The Deep
- Author: Helen Dunmore
- Language: English
- Series: Ingo tetralogy
- Genre: Children's Novel
- Publisher: HarperCollins Children's Books
- Publication date: 1 May 2007
- Publication place: United Kingdom
- Media type: Print (hardcover)
- Pages: 336 pp
- ISBN: 0-00-720491-4
- OCLC: 81452773
- Preceded by: The Tide Knot
- Followed by: The Crossing of Ingo

= The Deep (Dunmore novel) =

2007 novel by Helen Dunmore

The Deep is a 2007 children's novel by English writer Helen Dunmore. As the third book of the Ingo tetralogy, it is preceded by Ingo (2005) and The Tide Knot (2006) followed by The Crossing of Ingo (2008).

==Plot summary==
A devastating flood has torn through the worlds of Air and Ingo, and now, deep in the ocean, a monster is stirring. Mer legend says that only those with dual blood—half Mer, half human—can overcome the Kraken that stirs in The Deep.

Sapphire must return to the Deep, with the help of her friend the whale, and face this terrifying creature - and her brother Conor and Mer friend Faro will not let her go without them. Those with pure Mer blood cannot go to the Deep.

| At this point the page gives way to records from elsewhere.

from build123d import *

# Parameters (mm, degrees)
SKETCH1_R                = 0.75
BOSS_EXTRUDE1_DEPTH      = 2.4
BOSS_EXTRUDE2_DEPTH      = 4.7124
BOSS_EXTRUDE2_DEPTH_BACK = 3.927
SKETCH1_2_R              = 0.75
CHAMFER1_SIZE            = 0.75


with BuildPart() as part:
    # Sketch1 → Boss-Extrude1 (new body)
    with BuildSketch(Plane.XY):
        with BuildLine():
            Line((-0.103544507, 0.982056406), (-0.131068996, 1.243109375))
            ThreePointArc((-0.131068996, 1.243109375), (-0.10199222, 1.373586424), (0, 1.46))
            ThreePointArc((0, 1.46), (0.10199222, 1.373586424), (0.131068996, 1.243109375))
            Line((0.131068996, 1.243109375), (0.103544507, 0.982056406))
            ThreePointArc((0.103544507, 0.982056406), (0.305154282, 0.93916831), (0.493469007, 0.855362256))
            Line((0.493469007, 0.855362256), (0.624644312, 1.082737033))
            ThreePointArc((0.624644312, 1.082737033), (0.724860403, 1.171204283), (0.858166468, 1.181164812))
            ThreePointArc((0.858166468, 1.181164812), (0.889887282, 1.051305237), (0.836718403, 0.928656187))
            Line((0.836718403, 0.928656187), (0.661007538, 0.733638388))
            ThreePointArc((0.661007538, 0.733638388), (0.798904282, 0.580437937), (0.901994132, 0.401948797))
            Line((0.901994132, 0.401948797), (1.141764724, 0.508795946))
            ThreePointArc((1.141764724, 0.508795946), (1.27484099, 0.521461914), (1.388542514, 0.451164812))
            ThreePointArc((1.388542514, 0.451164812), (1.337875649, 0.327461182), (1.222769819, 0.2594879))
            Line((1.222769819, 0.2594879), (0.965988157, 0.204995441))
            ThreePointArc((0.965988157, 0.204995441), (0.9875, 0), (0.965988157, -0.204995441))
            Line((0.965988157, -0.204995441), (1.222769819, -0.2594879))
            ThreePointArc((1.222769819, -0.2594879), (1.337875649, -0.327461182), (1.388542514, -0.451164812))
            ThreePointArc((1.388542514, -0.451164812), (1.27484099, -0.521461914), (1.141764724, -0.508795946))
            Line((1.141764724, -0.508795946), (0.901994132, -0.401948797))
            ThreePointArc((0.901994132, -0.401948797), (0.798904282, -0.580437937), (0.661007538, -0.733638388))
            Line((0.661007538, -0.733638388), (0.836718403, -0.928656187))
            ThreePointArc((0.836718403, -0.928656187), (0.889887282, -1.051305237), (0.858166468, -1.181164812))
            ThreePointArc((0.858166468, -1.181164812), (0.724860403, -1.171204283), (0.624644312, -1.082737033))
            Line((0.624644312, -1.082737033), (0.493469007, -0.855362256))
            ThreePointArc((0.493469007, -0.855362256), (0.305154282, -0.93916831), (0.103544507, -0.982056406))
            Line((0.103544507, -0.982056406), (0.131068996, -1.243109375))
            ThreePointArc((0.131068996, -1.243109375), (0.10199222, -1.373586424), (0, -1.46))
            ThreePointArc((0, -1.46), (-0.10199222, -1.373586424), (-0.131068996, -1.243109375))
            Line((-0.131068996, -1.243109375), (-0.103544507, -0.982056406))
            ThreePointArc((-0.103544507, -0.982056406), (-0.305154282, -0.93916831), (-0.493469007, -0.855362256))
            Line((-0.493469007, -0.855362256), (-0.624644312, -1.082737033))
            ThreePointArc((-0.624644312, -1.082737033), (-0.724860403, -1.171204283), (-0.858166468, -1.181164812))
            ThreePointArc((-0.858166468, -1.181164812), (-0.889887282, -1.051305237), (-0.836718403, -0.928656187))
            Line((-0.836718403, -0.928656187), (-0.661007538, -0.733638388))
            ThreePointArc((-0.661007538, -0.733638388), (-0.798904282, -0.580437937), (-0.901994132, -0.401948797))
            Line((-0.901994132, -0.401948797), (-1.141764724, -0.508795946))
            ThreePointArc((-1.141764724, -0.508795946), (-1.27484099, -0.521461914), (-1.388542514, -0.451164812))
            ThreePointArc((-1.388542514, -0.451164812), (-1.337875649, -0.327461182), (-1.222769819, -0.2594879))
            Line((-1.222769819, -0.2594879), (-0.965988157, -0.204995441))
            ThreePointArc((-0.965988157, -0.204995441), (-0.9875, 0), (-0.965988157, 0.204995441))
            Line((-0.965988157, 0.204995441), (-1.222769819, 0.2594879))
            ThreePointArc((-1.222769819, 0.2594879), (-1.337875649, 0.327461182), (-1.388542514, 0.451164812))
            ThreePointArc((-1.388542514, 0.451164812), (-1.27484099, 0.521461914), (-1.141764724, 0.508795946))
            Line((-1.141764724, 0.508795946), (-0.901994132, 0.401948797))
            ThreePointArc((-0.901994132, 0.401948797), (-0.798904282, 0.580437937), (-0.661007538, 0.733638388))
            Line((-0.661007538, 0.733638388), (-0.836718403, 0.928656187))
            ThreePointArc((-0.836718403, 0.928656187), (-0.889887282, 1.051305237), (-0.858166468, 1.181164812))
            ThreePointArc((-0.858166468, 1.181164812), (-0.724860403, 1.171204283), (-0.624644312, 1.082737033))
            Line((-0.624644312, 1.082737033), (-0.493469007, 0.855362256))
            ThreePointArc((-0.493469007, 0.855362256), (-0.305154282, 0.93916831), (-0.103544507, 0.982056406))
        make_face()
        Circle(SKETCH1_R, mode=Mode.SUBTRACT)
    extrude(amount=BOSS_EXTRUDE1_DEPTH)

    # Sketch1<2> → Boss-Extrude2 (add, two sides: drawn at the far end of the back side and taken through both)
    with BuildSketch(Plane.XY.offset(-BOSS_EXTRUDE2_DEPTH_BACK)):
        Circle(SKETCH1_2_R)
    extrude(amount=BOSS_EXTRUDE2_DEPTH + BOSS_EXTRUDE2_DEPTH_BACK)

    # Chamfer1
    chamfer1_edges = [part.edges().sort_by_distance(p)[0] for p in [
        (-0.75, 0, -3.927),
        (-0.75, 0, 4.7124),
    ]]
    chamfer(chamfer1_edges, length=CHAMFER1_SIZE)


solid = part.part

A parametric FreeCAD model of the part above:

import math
import FreeCAD as App
import Part
import Sketcher
from FreeCAD import Vector
Q = App.Units.Quantity


def edges_at(feature, points):
    """Names of the edges that pass closest to the given points."""
    edges = feature.Shape.Edges
    near = lambda p: min(range(len(edges)), key=lambda i: edges[i].distToShape(Part.Vertex(*p))[0])
    return sorted({f"Edge{near(p) + 1}" for p in points})

doc = App.newDocument("Part")
body = doc.addObject("PartDesign::Body", "Body")

# Sketch on XY plane
sketch1 = doc.addObject("Sketcher::SketchObject", "Sketch")
body.addObject(sketch1)
sketch1.AttachmentSupport = (doc.XY_Plane, [""])
sketch1.MapMode = "FlatFace"
sketch1.addGeometry(Part.LineSegment(Vector(-0.13, 1.24, 0), Vector(-0.1, 0.98, 0)), False)
sketch1.addGeometry(Part.ArcOfCircle(Part.Circle(Vector(0, 0, 0), Vector(0, 0, 1), 0.99), math.radians(96), math.radians(120)), False)
sketch1.addGeometry(Part.LineSegment(Vector(-0.49, 0.86, 0), Vector(-0.62, 1.08, 0)), False)
sketch1.addGeometry(Part.ArcOfCircle(Part.Circle(Vector(-0.81, 0.98, 0), Vector(0, 0, 1), 0.21), math.radians(30), math.radians(104)), False)
sketch1.addGeometry(Part.ArcOfCircle(Part.Circle(Vector(-0.68, 1.07, 0), Vector(0, 0, 1), 0.21), math.radians(148), math.radians(222)), False)
sketch1.addGeometry(Part.LineSegment(Vector(-0.84, 0.93, 0), Vector(-0.66, 0.73, 0)), False)
sketch1.addGeometry(Part.ArcOfCircle(Part.Circle(Vector(0, 0, 0), Vector(0, 0, 1), 0.99), math.radians(132), math.radians(156)), False)
sketch1.addGeometry(Part.LineSegment(Vector(-0.9, 0.4, 0), Vector(-1.14, 0.51, 0)), False)
sketch1.addGeometry(Part.ArcOfCircle(Part.Circle(Vector(-1.23, 0.32, 0), Vector(0, 0, 1), 0.21), math.radians(66), math.radians(140)), False)
sketch1.addGeometry(Part.ArcOfCircle(Part.Circle(Vector(-1.18, 0.46, 0), Vector(0, 0, 1), 0.21), math.radians(-176), math.radians(-102)), False)
sketch1.addGeometry(Part.LineSegment(Vector(-1.22, 0.26, 0), Vector(-0.97, 0.2, 0)), False)
sketch1.addGeometry(Part.ArcOfCircle(Part.Circle(Vector(0, 0, 0), Vector(0, 0, 1), 0.99), math.radians(168), math.radians(192)), False)
sketch1.addGeometry(Part.LineSegment(Vector(-0.97, -0.2, 0), Vector(-1.22, -0.26, 0)), False)
sketch1.addGeometry(Part.ArcOfCircle(Part.Circle(Vector(-1.18, -0.46, 0), Vector(0, 0, 1), 0.21), math.radians(102), math.radians(176)), False)
sketch1.addGeometry(Part.ArcOfCircle(Part.Circle(Vector(-1.23, -0.32, 0), Vector(0, 0, 1), 0.21), math.radians(-140), math.radians(-66)), False)
sketch1.addGeometry(Part.LineSegment(Vector(-1.14, -0.51, 0), Vector(-0.9, -0.4, 0)), False)
sketch1.addGeometry(Part.ArcOfCircle(Part.Circle(Vector(0, 0, 0), Vector(0, 0, 1), 0.99), math.radians(-156), math.radians(-132)), False)
sketch1.addGeometry(Part.LineSegment(Vector(-0.66, -0.73, 0), Vector(-0.84, -0.93, 0)), False)
sketch1.addGeometry(Part.ArcOfCircle(Part.Circle(Vector(-0.68, -1.07, 0), Vector(0, 0, 1), 0.21), math.radians(138), math.radians(212)), False)
sketch1.addGeometry(Part.ArcOfCircle(Part.Circle(Vector(-0.81, -0.98, 0), Vector(0, 0, 1), 0.21), math.radians(-104), math.radians(-30)), False)
sketch1.addGeometry(Part.LineSegment(Vector(-0.62, -1.08, 0), Vector(-0.49, -0.86, 0)), False)
sketch1.addGeometry(Part.ArcOfCircle(Part.Circle(Vector(0, 0, 0), Vector(0, 0, 1), 0.99), math.radians(-120), math.radians(-96)), False)
sketch1.addGeometry(Part.LineSegment(Vector(-0.1, -0.98, 0), Vector(-0.13, -1.24, 0)), False)
sketch1.addGeometry(Part.ArcOfCircle(Part.Circle(Vector(0.08, -1.27, 0), Vector(0, 0, 1), 0.21), math.radians(174), math.radians(248)), False)
sketch1.addGeometry(Part.ArcOfCircle(Part.Circle(Vector(-0.08, -1.27, 0), Vector(0, 0, 1), 0.21), math.radians(-68), math.radians(6)), False)
sketch1.addGeometry(Part.LineSegment(Vector(0.13, -1.24, 0), Vector(0.1, -0.98, 0)), False)
sketch1.addGeometry(Part.ArcOfCircle(Part.Circle(Vector(0, 0, 0), Vector(0, 0, 1), 0.99), math.radians(-84), math.radians(-60)), False)
sketch1.addGeometry(Part.LineSegment(Vector(0.49, -0.86, 0), Vector(0.62, -1.08, 0)), False)
sketch1.addGeometry(Part.ArcOfCircle(Part.Circle(Vector(0.81, -0.98, 0), Vector(0, 0, 1), 0.21), math.radians(-150), math.radians(-76)), False)
sketch1.addGeometry(Part.ArcOfCircle(Part.Circle(Vector(0.68, -1.07, 0), Vector(0, 0, 1), 0.21), math.radians(-32), math.radians(42)), False)
sketch1.addGeometry(Part.LineSegment(Vector(0.84, -0.93, 0), Vector(0.66, -0.73, 0)), False)
sketch1.addGeometry(Part.ArcOfCircle(Part.Circle(Vector(0, 0, 0), Vector(0, 0, 1), 0.99), math.radians(-48), math.radians(-24)), False)
sketch1.addGeometry(Part.LineSegment(Vector(0.9, -0.4, 0), Vector(1.14, -0.51, 0)), False)
sketch1.addGeometry(Part.ArcOfCircle(Part.Circle(Vector(1.23, -0.32, 0), Vector(0, 0, 1), 0.21), math.radians(-114), math.radians(-40)), False)
sketch1.addGeometry(Part.ArcOfCircle(Part.Circle(Vector(1.18, -0.46, 0), Vector(0, 0, 1), 0.21), math.radians(4), math.radians(78)), False)
sketch1.addGeometry(Part.LineSegment(Vector(1.22, -0.26, 0), Vector(0.97, -0.2, 0)), False)
sketch1.addGeometry(Part.ArcOfCircle(Part.Circle(Vector(0, 0, 0), Vector(0, 0, 1), 0.99), math.radians(-12), math.radians(12)), False)
sketch1.addGeometry(Part.LineSegment(Vector(0.97, 0.2, 0), Vector(1.22, 0.26, 0)), False)
sketch1.addGeometry(Part.ArcOfCircle(Part.Circle(Vector(1.18, 0.46, 0), Vector(0, 0, 1), 0.21), math.radians(-78), math.radians(-4)), False)
sketch1.addGeometry(Part.ArcOfCircle(Part.Circle(Vector(1.23, 0.32, 0), Vector(0, 0, 1), 0.21), math.radians(40), math.radians(114)), False)
sketch1.addGeometry(Part.LineSegment(Vector(1.14, 0.51, 0), Vector(0.9, 0.4, 0)), False)
sketch1.addGeometry(Part.ArcOfCircle(Part.Circle(Vector(0, 0, 0), Vector(0, 0, 1), 0.99), math.radians(24), math.radians(48)), False)
sketch1.addGeometry(Part.LineSegment(Vector(0.66, 0.73, 0), Vector(0.84, 0.93, 0)), False)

Sapphire has moved back into the cottage by the cove, and is visiting Ingo all the time. When she is summoned to an assembly of the Mer she learns that the Kraken, a creature with the power to destroy their world, has awakened. Sapphire makes a deal with the Mer: if she and Conor help put the Kraken back to sleep their father will have the choice to leave Ingo. Ervys, a spokesperson (self-proclaimed leader, which the Mer do not have, as it causes problems) for the Mer, is outraged by this deal but gives his approval so the Mer will be safe. Sapphire, Conor and Faro (Faro should not be able to go to The Deep, but in Saldowr's mirror, he sees that he is not pure Mer, but part Human) go into the Deep with the help of the whale (that saves Sapphire from the Deep in The Tide Knot) to find the Kraken, and put him to sleep. It is not revealed what the Kraken really is, but it is clearly a shapeshifter. After a battle of minds, Sapphire manages to get the Kraken to sleep, and with Conor and Faro she goes back to the Mer to tell them the good news. Ervys is still furious especially when Faro asks Sapphire to make the crossing of Ingo with him. She agrees, but only on the condition that Conor may go too. Faro counters by insisting that his sister will also go. Although Sapphire does not want Elvira and Conor together, she agrees.

When Sapphire and Conor return home they are horrified when their mother and her boyfriend Roger tell them they are all moving to Australia for three months. After talking with her friend Rainbow and Granny Carne Sapphire tells Conor she does not want to leave, and they tell their mother and Roger that they won't be going. Jennie and Roger reluctantly decide to go without them.

The final chapter ends with Faro and Sapphire making Deublek, or friendship bracelets out of their hair.

==Reception==
Booklist reviewer Anne O'Malley praised the author's "fine writing", while Ruth Bamford found the book "easy to read and beautifully written". In a positive review, The Horn Book Magazines Anita L. Burkham wrote, "Sapphire's picturesque life on the coast of Cornwall and the enchanting and perilous world underwater are depicted with equal depth and resonance in Dunmore's commanding prose."

The Sunday Timess Nicolette Jones liked the book's "sensual, descriptive prose that evokes the watery kingdom with conviction" and said the "characters are clear-cut and written with exuberance". The book was reviewed by Magpies, School Librarian, and Voice of Youth Advocates.